THE theme of knowledge economy has become increasingly important and critical to economic growth and competitiveness. It is important to understand that the knowledge economy (k-economy) is not just about the digital economy, or just the networked economy, but much more.
The term “knowledge economy” (k-economy) was first popularised by Peter Drucker in 1966 in his book The Effective Executive and was further coined by the OECD in 1996 and defined as an economy which is directly based on the production, distribution and use of knowledge.
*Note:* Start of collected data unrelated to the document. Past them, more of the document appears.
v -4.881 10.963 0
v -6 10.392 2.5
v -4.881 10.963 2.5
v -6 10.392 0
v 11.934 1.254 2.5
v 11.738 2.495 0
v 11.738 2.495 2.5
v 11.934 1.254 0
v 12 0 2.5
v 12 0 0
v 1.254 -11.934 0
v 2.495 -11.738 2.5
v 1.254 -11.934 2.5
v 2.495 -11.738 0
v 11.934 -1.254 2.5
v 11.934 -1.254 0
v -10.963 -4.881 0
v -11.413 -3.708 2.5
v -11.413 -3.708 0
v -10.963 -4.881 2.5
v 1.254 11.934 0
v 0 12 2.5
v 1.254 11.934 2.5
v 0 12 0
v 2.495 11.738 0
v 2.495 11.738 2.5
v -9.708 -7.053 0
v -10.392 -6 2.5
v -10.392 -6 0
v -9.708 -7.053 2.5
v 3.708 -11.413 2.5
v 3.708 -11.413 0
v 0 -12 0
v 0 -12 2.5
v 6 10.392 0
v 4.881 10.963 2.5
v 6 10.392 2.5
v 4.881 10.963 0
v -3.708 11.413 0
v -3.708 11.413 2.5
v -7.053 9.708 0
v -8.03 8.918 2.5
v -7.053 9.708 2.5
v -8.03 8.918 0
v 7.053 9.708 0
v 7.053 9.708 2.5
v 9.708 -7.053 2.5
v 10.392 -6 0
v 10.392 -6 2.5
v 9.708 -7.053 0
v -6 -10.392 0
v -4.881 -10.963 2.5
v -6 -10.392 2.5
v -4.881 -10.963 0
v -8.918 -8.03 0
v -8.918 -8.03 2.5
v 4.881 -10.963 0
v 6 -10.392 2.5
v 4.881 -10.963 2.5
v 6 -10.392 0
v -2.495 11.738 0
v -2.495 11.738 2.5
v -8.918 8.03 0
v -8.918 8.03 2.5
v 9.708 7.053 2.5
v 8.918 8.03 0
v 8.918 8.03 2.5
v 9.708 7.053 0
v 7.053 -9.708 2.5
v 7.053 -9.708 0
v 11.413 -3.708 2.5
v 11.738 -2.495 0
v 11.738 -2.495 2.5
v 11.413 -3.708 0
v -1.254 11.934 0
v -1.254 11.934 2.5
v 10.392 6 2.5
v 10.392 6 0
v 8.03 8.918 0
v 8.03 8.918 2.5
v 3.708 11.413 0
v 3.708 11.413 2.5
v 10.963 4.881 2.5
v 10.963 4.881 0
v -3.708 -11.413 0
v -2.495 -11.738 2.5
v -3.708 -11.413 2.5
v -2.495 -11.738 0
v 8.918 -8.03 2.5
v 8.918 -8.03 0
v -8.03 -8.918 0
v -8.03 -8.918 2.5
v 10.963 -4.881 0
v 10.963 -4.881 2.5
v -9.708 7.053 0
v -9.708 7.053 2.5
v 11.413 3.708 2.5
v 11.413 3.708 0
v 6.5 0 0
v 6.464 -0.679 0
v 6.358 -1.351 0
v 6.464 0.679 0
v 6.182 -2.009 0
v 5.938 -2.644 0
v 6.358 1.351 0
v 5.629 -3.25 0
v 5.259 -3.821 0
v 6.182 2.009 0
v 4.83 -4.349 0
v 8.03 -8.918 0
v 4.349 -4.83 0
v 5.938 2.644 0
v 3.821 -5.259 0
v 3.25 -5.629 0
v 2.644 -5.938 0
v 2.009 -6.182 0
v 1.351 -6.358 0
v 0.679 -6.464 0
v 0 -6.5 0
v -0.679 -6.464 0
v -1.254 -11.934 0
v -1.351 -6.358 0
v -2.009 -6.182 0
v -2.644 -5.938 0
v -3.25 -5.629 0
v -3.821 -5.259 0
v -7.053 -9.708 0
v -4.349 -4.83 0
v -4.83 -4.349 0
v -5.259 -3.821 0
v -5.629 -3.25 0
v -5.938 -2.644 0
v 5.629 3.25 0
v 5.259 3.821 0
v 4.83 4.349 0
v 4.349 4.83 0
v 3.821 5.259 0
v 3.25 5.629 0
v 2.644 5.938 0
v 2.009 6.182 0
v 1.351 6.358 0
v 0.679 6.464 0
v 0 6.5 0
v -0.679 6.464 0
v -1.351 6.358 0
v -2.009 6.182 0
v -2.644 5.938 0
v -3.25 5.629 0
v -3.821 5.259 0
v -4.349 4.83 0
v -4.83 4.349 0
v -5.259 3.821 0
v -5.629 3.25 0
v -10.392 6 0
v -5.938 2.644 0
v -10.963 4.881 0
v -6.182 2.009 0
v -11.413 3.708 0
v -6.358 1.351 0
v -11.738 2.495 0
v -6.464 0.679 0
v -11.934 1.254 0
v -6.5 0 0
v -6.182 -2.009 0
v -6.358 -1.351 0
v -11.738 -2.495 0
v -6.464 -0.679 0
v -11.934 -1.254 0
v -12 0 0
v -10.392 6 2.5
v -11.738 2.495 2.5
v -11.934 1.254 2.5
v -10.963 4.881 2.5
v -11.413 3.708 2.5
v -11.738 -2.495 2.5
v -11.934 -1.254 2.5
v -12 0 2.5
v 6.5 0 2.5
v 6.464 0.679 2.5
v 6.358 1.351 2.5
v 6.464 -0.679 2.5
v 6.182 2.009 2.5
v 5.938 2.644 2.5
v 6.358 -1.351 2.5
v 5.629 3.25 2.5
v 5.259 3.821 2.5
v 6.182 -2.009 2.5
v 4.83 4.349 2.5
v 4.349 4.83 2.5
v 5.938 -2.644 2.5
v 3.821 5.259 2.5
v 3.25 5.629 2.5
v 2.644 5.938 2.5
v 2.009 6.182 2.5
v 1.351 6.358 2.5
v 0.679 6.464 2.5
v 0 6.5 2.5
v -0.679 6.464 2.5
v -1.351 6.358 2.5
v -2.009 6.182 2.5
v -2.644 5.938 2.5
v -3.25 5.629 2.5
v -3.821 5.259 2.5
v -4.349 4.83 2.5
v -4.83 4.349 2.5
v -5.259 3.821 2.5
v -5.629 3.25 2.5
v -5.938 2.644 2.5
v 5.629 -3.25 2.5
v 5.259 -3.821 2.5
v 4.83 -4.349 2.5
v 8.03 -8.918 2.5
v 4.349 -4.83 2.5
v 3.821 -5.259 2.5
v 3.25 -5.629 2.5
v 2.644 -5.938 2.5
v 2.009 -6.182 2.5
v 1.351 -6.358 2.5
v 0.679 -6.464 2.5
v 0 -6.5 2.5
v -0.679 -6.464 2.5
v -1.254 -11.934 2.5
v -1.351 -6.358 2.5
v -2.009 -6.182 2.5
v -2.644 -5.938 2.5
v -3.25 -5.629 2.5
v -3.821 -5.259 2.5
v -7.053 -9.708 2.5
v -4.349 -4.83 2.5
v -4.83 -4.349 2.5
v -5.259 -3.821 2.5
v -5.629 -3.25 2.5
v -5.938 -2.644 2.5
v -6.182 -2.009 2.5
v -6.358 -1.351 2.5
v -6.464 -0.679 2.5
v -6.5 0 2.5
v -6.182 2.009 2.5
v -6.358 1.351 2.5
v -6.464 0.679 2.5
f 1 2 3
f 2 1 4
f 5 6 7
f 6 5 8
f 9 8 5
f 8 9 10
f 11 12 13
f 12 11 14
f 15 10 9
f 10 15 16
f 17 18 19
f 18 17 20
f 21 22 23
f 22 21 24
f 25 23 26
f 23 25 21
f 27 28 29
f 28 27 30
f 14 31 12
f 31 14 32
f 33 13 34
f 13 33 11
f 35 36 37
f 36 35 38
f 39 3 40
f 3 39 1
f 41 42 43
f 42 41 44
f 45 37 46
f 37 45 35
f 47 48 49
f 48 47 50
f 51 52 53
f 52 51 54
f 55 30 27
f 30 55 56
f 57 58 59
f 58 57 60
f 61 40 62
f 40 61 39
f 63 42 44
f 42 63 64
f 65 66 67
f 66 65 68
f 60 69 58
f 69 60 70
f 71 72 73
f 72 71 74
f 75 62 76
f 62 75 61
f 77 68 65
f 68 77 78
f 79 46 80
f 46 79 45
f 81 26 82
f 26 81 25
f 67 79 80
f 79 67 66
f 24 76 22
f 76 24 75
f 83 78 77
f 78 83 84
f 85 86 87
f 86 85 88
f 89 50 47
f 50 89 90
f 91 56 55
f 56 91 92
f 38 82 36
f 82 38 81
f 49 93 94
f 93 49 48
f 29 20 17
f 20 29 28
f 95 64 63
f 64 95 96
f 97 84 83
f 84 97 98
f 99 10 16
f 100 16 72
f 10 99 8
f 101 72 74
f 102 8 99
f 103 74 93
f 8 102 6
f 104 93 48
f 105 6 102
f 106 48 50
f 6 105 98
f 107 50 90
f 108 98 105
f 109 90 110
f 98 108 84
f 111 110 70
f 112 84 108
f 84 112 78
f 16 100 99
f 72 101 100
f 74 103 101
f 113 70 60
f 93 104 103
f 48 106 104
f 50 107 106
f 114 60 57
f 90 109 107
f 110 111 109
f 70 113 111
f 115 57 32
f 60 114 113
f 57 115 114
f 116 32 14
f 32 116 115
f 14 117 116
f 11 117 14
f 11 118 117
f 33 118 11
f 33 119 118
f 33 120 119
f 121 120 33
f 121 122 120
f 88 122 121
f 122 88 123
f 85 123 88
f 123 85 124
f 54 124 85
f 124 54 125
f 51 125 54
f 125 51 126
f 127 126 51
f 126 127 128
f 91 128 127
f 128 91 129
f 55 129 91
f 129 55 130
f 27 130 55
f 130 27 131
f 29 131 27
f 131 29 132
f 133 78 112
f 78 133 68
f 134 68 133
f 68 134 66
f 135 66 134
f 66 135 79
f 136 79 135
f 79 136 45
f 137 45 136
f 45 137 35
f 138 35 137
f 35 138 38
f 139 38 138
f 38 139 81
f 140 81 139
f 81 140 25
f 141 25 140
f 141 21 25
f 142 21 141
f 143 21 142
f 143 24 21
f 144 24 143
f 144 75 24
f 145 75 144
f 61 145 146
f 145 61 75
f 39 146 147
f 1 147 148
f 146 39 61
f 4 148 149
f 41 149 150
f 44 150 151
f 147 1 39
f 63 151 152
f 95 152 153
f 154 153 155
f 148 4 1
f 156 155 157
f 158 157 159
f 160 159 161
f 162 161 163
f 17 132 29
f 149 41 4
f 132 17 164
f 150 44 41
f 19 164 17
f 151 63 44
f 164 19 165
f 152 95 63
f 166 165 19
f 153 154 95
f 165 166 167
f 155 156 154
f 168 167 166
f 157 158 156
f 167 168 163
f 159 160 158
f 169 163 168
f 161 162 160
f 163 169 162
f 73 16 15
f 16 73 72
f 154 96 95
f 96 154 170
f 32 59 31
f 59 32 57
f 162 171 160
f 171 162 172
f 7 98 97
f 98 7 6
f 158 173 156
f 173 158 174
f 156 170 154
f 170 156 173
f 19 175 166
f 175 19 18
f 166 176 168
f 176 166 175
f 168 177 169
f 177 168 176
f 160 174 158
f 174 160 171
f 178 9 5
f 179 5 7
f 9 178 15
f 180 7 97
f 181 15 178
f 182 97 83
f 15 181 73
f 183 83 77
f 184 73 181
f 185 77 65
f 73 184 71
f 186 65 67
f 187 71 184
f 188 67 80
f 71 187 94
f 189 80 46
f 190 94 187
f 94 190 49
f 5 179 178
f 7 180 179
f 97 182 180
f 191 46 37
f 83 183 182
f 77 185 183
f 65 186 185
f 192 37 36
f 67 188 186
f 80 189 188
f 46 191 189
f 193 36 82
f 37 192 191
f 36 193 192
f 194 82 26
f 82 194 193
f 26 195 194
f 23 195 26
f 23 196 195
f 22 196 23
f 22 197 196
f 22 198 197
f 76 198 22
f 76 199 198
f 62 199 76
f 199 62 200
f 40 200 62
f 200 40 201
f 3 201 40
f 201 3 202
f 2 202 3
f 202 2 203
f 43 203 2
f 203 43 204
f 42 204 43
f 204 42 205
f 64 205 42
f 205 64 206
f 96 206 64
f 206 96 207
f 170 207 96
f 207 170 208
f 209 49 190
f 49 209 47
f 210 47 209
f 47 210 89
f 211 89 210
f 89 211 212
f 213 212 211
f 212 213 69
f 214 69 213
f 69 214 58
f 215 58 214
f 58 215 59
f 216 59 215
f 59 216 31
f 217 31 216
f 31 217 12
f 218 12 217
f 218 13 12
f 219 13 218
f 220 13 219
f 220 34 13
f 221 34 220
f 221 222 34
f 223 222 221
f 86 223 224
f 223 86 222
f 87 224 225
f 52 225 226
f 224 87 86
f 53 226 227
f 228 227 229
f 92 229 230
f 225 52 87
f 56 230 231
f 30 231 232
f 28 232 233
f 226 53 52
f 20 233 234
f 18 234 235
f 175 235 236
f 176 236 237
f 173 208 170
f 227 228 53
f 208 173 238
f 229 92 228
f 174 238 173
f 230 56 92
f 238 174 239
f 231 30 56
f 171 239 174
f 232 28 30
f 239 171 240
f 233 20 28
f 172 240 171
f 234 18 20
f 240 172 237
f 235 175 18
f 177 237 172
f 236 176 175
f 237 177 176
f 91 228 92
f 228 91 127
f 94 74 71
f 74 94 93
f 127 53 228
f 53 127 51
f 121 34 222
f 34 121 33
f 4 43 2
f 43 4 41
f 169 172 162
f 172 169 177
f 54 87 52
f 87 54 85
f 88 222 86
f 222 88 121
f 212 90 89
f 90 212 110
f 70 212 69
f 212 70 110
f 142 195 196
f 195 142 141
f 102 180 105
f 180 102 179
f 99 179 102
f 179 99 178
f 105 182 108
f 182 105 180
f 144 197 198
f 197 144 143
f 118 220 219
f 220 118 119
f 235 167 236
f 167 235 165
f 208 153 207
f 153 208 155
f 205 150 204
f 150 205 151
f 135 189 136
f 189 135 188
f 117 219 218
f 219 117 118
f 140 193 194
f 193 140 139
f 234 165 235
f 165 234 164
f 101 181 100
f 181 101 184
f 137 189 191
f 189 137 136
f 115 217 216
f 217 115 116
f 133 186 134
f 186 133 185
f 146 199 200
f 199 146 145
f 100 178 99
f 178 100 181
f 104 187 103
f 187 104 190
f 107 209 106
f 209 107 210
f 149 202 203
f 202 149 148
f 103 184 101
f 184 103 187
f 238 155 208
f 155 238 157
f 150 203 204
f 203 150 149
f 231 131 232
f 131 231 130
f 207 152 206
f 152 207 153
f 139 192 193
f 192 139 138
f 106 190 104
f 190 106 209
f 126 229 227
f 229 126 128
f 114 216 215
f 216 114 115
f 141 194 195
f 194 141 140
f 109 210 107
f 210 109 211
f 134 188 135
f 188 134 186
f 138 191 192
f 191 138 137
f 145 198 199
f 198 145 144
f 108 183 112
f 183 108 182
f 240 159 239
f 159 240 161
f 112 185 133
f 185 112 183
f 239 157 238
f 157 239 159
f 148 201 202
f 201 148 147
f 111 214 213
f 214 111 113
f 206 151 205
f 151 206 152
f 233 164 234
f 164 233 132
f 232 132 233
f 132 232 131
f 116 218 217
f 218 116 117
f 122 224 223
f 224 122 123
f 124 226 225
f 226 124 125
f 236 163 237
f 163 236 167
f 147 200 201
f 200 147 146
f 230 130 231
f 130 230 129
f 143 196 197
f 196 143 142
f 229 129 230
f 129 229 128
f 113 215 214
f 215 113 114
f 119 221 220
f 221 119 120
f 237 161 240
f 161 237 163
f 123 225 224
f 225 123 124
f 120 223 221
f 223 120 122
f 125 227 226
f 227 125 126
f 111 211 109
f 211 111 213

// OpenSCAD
// Flat metric washer.
$fn = 60;
eps = 0.02;
inner_d = 13;
outer_d = 24;
thickness = 2.5;
difference() {
    cylinder(d = outer_d, h = thickness);
    translate([0, 0, -eps]) cylinder(d = inner_d, h = thickness + 2 * eps);
}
A knowledge economy describes the commercialisation of science and academic scholarship and research. Innovation that is based on research by government, private sector or academia, is commodified and depends on skilled labour, strong communication networks and institutional structures which incentivise innovation. It is a complex, dynamic and adaptive socio-economic system whose backbone is based on the optimal use of rapidly progressing information technologies. Add globalisation to this and you create a highly-complex, dynamic and somewhat unstable ecosystem fuelled by accelerating technological change.
Creating, acquiring and developing new knowledge within an economy becomes the main source of competitive advantage. In a k-economy, knowledge becomes more important and worth much more than products or services. That knowledge base must, therefore, be protected through the rule of law and also valued appropriately. Neo-classical economic theory recognises only two factors of production, capital and labour. That has now changed where information and knowledge are fast becoming the primary wealth creation assets.
Knowledge-based economies are dominated by brain-intensive industries which include, among others, computers and software, robotics and machine tools, microelectronics, material sciences, biotechnology, and telecommunications. What used to be primary (inventing new products) has become secondary, and what used to be secondary (inventing and perfecting new processes) has become primary.
The four key pillars of a knowledge society are; human capital, culture, infrastructure and governance. For countries to be successful knowledge economies, they must build simultaneously their education base, innovation systems and information and technology systems while also building a high quality economic and institutional architecture. In such economies, ideas and technologies are ingredients, intellectual property is the merchandise used to create smarter products and services which meet growing needs.
Human capital development is critical and must be viewed as investment that can yield returns through increased knowledge and skills for economic development and social progress. A flexible education system, therefore, is necessary from basic education to tertiary level and emphasis needs to be more on creative and critical thinking (cognitive skills) for problem solving and innovation. It is a fact that developed countries have become developed through continuous investment in research and skills development. Differences in economic growth across countries have become closely-related to cognitive skills.
“A highly-developed human capital base will be the source of competitive advantage in the 21st century global economy. Human capital, or the education, skill levels, and problem-solving abilities will be the competitive advantage of nations because they enable individuals to be innovative and productive in a highly-competitive global economy.”
- What is a knowledge-based economy?
Keep Reading
What are the critical success factors for a knowledge-based economy?
- Huge investments in information and communication technology (ICT) infrastructure and energy including broad access to internet at affordable costs;
- Prioritising agribusiness, transport, energy, manufacturing and service sectors;
- Revision of the education curriculum and system to help build competitive graduates or a workforce with high analytical and cognitive skills including the promotion of enhanced skills in science, technology and mathematics;
- Investment in research, innovation and connection to global knowledge systems and the development of skills and technology for competitiveness;
- Access to venture capital funds for ICT start-up and early stage businesses;
- The promotion of entrepreneurship and innovation especially among youth and women, for example sector-based innovation hubs;
- Strong protection of private property, especially intellectual property:
- The creation of strong regional market linkages which allow free flow of information, goods and people.
The private sector must embrace the fourth industrial revolution as the impetus towards building a knowledge-based economy. The fourth industrial revolution, or simply Industry 4.0 (coined in 2011 by a German initiative of the federal government with universities and private companies), refers to the digitisation of the manufacturing process.
From the first industrial revolution in 1784, mainly driven by steam power, to mass production using electricity in the second revolution in 1879, to the third industrial revolution of computers and automation in 1950, the fourth industrial revolution will further enhance automation with smart and autonomous systems mainly driven by data and machine learning.
Essentially computers are being connected to communicate with one another and to ultimately make decisions with minimal human involvement. Industry 4.0 is a new industrial age in which several emerging technologies are converging to provide digital solutions. The concept of Industry 4.0 involves many technologies creating hitherto unknown synergies which will create new industrial manufacturing possibilities.
There is no doubt that countries that embrace knowledge-based economies will have an unassailable competitive advantage over those who lag behind.